I’ve just heard Andrew Dismore, chair of the Joint Committee on Human Rights, speak in support of his ten minute rule bill which aims to “clarify” the meaning of “public function” of the Human Rights Act 1998. What he actually wants to do is reverse the effect of the Lords’ judgment in YL v Birmingham earlier this year, which ruled that private care homes do not have to act compatibly with the Convention rights of their residents.
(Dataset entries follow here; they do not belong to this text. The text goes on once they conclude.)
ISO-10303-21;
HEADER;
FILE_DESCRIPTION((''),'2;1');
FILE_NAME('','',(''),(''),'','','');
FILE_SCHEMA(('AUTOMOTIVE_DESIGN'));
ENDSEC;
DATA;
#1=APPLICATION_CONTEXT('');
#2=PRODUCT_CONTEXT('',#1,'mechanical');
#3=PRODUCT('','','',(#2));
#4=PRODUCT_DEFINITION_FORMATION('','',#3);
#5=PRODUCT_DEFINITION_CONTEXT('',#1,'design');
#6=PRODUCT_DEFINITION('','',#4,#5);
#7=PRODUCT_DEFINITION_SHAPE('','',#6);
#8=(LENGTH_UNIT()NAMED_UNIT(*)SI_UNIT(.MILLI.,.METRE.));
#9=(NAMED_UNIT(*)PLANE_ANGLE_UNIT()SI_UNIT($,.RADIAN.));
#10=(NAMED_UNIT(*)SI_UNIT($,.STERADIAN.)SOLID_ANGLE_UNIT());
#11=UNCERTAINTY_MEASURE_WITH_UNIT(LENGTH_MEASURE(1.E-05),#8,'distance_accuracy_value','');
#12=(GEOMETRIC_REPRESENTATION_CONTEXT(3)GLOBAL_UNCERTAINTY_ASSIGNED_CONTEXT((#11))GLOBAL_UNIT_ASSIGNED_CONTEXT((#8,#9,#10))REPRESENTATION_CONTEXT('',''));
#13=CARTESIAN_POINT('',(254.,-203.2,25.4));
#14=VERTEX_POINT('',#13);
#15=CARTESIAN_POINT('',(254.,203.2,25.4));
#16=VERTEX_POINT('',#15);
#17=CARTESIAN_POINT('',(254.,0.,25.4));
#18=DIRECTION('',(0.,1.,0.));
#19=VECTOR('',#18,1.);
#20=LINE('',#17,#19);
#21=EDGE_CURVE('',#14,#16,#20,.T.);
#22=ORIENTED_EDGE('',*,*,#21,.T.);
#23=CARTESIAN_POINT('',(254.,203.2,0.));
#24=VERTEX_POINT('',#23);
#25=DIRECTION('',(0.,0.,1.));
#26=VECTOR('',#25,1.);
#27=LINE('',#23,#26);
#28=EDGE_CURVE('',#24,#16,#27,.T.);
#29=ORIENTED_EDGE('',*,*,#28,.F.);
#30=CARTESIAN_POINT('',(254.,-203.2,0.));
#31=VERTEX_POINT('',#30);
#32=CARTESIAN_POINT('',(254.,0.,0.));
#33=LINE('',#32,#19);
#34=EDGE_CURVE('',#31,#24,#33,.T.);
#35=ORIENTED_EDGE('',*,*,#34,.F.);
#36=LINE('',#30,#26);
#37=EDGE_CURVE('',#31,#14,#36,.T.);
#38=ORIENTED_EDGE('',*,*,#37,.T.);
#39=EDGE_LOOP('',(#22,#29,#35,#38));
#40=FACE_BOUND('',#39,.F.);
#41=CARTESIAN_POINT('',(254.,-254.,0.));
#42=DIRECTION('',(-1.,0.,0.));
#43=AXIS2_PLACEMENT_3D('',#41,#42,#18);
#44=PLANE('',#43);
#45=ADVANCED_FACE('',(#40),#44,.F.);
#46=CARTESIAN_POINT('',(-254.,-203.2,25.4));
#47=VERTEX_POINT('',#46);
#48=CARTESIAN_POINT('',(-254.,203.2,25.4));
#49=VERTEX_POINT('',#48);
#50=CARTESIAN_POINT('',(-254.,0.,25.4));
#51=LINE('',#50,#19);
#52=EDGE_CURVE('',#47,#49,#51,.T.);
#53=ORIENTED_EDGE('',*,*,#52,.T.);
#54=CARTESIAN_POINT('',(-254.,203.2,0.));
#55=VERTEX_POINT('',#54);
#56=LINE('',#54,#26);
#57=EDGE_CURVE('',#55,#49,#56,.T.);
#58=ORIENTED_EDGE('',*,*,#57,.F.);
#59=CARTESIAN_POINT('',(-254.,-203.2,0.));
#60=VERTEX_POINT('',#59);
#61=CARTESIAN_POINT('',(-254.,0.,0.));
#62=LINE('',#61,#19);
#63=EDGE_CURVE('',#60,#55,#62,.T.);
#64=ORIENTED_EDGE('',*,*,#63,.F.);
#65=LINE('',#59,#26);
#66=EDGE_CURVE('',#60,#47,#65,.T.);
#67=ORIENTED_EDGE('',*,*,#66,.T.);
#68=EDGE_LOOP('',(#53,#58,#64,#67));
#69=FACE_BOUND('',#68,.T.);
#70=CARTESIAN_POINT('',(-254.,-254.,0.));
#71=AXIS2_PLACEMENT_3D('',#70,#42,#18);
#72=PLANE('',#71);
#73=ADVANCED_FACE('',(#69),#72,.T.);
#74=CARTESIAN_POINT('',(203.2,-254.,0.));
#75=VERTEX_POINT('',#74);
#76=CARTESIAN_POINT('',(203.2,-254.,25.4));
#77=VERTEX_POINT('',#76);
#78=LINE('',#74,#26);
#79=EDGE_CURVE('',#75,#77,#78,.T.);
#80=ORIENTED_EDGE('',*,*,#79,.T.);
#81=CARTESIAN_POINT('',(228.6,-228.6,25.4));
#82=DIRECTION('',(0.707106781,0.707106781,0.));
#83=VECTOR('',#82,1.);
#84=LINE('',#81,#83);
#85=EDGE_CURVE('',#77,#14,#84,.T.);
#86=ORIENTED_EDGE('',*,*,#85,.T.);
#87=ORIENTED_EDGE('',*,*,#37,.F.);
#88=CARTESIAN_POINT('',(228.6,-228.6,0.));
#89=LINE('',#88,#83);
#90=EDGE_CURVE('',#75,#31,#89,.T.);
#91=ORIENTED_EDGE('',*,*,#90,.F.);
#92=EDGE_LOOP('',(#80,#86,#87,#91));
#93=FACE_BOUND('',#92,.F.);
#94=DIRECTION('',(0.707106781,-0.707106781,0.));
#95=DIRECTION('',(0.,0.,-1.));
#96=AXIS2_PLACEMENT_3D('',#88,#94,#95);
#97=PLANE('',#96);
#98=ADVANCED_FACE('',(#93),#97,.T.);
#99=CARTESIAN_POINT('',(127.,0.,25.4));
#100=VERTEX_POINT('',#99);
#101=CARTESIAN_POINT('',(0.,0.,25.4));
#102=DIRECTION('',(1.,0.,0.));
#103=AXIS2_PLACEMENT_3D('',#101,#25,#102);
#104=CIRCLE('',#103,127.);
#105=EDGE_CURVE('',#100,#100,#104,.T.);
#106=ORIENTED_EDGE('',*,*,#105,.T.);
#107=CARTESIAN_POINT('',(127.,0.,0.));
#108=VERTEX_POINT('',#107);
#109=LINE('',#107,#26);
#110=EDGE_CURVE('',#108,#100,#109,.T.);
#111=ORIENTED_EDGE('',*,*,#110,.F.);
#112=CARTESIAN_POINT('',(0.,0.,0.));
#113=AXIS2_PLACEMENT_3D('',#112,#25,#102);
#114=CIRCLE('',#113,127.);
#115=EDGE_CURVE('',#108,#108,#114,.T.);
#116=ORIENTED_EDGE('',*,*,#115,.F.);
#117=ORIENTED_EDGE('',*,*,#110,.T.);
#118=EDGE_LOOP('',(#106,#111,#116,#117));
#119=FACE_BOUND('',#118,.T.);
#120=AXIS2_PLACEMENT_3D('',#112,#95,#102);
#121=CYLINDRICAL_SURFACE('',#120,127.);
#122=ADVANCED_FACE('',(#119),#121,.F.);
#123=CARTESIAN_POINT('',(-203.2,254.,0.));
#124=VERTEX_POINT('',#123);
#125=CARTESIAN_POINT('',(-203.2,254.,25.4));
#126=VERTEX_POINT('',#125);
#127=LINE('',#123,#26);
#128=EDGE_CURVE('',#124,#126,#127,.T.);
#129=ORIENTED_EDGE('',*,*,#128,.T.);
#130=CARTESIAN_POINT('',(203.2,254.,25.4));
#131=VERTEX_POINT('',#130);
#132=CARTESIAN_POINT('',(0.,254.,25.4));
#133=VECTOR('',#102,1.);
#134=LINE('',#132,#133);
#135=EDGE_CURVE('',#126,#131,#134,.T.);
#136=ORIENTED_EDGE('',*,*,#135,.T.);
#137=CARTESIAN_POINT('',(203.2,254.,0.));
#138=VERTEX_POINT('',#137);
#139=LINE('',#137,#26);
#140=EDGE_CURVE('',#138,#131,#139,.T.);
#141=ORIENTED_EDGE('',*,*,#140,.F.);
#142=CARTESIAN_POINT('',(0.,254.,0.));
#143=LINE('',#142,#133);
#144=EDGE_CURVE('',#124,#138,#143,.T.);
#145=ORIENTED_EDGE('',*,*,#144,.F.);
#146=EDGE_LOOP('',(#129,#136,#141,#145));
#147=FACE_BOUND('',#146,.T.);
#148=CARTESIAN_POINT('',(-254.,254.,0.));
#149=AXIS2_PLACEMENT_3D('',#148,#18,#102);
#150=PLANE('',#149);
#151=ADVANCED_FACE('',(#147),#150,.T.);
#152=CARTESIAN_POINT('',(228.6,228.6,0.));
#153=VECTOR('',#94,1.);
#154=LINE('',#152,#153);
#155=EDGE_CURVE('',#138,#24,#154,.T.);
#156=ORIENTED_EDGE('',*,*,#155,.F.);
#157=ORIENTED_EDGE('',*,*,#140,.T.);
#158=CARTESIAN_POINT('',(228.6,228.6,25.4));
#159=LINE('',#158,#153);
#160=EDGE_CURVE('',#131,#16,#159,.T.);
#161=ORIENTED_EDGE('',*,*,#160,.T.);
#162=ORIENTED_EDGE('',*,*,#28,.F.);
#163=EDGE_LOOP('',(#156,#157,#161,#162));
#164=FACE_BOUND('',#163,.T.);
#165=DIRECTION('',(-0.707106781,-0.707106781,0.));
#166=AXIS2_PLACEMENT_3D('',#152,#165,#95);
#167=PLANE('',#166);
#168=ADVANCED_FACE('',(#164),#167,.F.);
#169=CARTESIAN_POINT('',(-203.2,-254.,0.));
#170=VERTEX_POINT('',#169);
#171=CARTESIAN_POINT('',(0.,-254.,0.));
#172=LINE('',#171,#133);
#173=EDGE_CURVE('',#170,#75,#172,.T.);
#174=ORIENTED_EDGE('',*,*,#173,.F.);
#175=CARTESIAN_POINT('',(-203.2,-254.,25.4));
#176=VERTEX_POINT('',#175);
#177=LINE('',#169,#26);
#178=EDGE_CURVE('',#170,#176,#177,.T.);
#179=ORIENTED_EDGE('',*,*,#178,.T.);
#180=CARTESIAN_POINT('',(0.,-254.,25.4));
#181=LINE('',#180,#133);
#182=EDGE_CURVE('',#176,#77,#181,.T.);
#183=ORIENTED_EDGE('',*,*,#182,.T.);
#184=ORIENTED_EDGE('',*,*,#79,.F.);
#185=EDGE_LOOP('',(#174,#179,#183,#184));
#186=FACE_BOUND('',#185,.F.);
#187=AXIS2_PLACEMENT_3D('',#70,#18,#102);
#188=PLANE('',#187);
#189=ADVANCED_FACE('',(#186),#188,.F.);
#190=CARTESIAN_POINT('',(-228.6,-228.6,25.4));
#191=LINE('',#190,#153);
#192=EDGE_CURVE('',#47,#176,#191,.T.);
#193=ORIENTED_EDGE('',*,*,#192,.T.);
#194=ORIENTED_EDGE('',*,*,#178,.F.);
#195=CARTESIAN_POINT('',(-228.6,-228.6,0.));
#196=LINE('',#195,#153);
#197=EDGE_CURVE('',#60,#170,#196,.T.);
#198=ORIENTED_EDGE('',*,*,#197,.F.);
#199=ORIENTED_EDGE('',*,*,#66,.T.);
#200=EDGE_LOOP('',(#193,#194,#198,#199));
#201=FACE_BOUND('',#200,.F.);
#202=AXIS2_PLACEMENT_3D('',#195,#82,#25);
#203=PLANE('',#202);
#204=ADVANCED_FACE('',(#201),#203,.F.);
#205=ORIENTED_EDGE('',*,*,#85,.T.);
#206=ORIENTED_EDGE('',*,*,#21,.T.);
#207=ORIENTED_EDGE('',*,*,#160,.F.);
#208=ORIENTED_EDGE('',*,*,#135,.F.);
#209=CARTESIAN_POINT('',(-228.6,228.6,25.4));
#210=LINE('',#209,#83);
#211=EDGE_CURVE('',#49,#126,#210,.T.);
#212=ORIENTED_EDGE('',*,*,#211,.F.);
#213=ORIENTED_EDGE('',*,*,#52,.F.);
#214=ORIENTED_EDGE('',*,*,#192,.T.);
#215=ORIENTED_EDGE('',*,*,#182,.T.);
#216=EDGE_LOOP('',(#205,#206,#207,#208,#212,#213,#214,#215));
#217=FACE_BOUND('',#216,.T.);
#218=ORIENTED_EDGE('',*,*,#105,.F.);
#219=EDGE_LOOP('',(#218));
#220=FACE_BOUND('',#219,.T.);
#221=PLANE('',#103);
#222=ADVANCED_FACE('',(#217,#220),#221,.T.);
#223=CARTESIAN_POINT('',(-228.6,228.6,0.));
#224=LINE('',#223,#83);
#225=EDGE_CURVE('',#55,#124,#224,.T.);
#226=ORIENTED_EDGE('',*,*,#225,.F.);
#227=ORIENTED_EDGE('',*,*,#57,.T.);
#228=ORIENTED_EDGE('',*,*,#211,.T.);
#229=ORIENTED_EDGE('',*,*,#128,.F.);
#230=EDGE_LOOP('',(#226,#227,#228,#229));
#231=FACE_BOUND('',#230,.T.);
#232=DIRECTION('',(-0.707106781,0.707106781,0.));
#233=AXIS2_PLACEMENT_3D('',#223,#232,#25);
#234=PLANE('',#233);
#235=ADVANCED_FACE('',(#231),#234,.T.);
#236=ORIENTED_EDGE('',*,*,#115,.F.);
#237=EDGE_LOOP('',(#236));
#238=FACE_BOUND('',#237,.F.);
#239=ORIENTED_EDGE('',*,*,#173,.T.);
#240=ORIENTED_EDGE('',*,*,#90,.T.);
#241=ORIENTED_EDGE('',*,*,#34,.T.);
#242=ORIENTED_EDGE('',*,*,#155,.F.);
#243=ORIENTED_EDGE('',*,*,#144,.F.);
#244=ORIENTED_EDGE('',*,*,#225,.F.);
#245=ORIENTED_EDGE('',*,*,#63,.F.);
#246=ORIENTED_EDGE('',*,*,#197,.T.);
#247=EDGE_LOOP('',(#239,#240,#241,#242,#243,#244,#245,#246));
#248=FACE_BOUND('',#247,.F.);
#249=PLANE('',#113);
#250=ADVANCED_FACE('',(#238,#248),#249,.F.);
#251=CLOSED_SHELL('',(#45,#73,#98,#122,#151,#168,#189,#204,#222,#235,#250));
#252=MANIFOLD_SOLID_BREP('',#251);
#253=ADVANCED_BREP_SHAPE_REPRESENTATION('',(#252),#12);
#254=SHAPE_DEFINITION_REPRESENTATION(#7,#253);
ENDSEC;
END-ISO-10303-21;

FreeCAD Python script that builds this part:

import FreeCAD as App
import Part
import Sketcher
from FreeCAD import Vector
Q = App.Units.Quantity


def edges_at(feature, points):
    """Names of the edges that pass closest to the given points."""
    edges = feature.Shape.Edges
    near = lambda p: min(range(len(edges)), key=lambda i: edges[i].distToShape(Part.Vertex(*p))[0])
    return sorted({f"Edge{near(p) + 1}" for p in points})

doc = App.newDocument("Part")
body = doc.addObject("PartDesign::Body", "Body")

# Sketch on XY plane
sketch1 = body.newObject("Sketcher::SketchObject", "Sketch")
sketch1.AttachmentSupport = (doc.getObject("XY_Plane"), [""])
sketch1.MapMode = "FlatFace"
sketch1.addGeometry(Part.LineSegment(Vector(-254, 254, 0), Vector(-254, -254, 0)), False)
sketch1.addGeometry(Part.LineSegment(Vector(-254, -254, 0), Vector(254, -254, 0)), False)
sketch1.addGeometry(Part.LineSegment(Vector(254, -254, 0), Vector(254, 254, 0)), False)
sketch1.addGeometry(Part.LineSegment(Vector(254, 254, 0), Vector(-254, 254, 0)), False)
sketch1.addGeometry(Part.Circle(Vector(0, 0, 0), Vector(0, 0, 1), 127), False)
sketch1.addConstraint(Sketcher.Constraint("Coincident", 0, 2, 1, 1))
sketch1.addConstraint(Sketcher.Constraint("Coincident", 1, 2, 2, 1))
sketch1.addConstraint(Sketcher.Constraint("Coincident", 2, 2, 3, 1))
sketch1.addConstraint(Sketcher.Constraint("Coincident", 3, 2, 0, 1))
sketch1.addConstraint(Sketcher.Constraint("Vertical", 0))
sketch1.addConstraint(Sketcher.Constraint("Horizontal", 1))
sketch1.addConstraint(Sketcher.Constraint("Vertical", 2))
sketch1.addConstraint(Sketcher.Constraint("Horizontal", 3))
sketch1.addConstraint(Sketcher.Constraint("Coincident", 4, 3, -1, 1))
sketch1.addConstraint(Sketcher.Constraint("Symmetric", 0, 2, 2, 2, -1, 1))
sketch1.addConstraint(Sketcher.Constraint("Equal", 3, 0))
sketch1.addConstraint(Sketcher.Constraint("Diameter", 4, Q("10 in")))
sketch1.addConstraint(Sketcher.Constraint("DistanceX", 1, 1, 1, 2, Q("20 in")))
pad1 = body.newObject("PartDesign::Pad", "Pad")
pad1.Profile = sketch1
pad1.Length = Q("1 in")
doc.recompute()

chamfer = body.newObject("PartDesign::Chamfer", "Chamfer")
chamfer.Base = (pad1, edges_at(pad1, [
    (-254, -254, 12.7),
    (254, -254, 12.7),
    (254, 254, 12.7),
    (-254, 254, 12.7),
]))
chamfer.Size = Q("2 in")

doc.recompute()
I’m not surprised by this in the slightest: Andrew Dismore and people like him think it obvious that the HRA should apply, and probably see me as a Thatcherite stonyheart. But the point isn’t whether vulnerable people should be protected – Dismore kept referring in his speech to abuse, and vulnerability, using an emotional argument http://www.gooakley.com/ rather than a rational one. The point is how they should be protected. Dismore criticised government guidance to local authorities on how to contract with care homes, saying the guidance was “vague”. But if they were subject to the HRA, the duties of care homes to residents would also be vague, and care homes would have to invest in human rights law advice, which is not cheap or necessarily very certain.

Fundamentally, this is about the circumstances in which care homes should be able to close, or give residents notice to quit. In my view, vulnerable people would be better served if rather than enabling residents and their families to enforce a right to respect for their home, and leaving it to judges to decide cheap oakley whether or not a closure respects this right, Dismore tabled amendments to the government’s Health and Social Care Bill to make specific provision for when homes should be permitted to evict residents, and when not.

I’m afraid, though, that tabling such an amendment would require serious, detailed policy thought about what the content of those rules should be. Much easier, isn’t it, to just impose vague legalistic duties on everyone?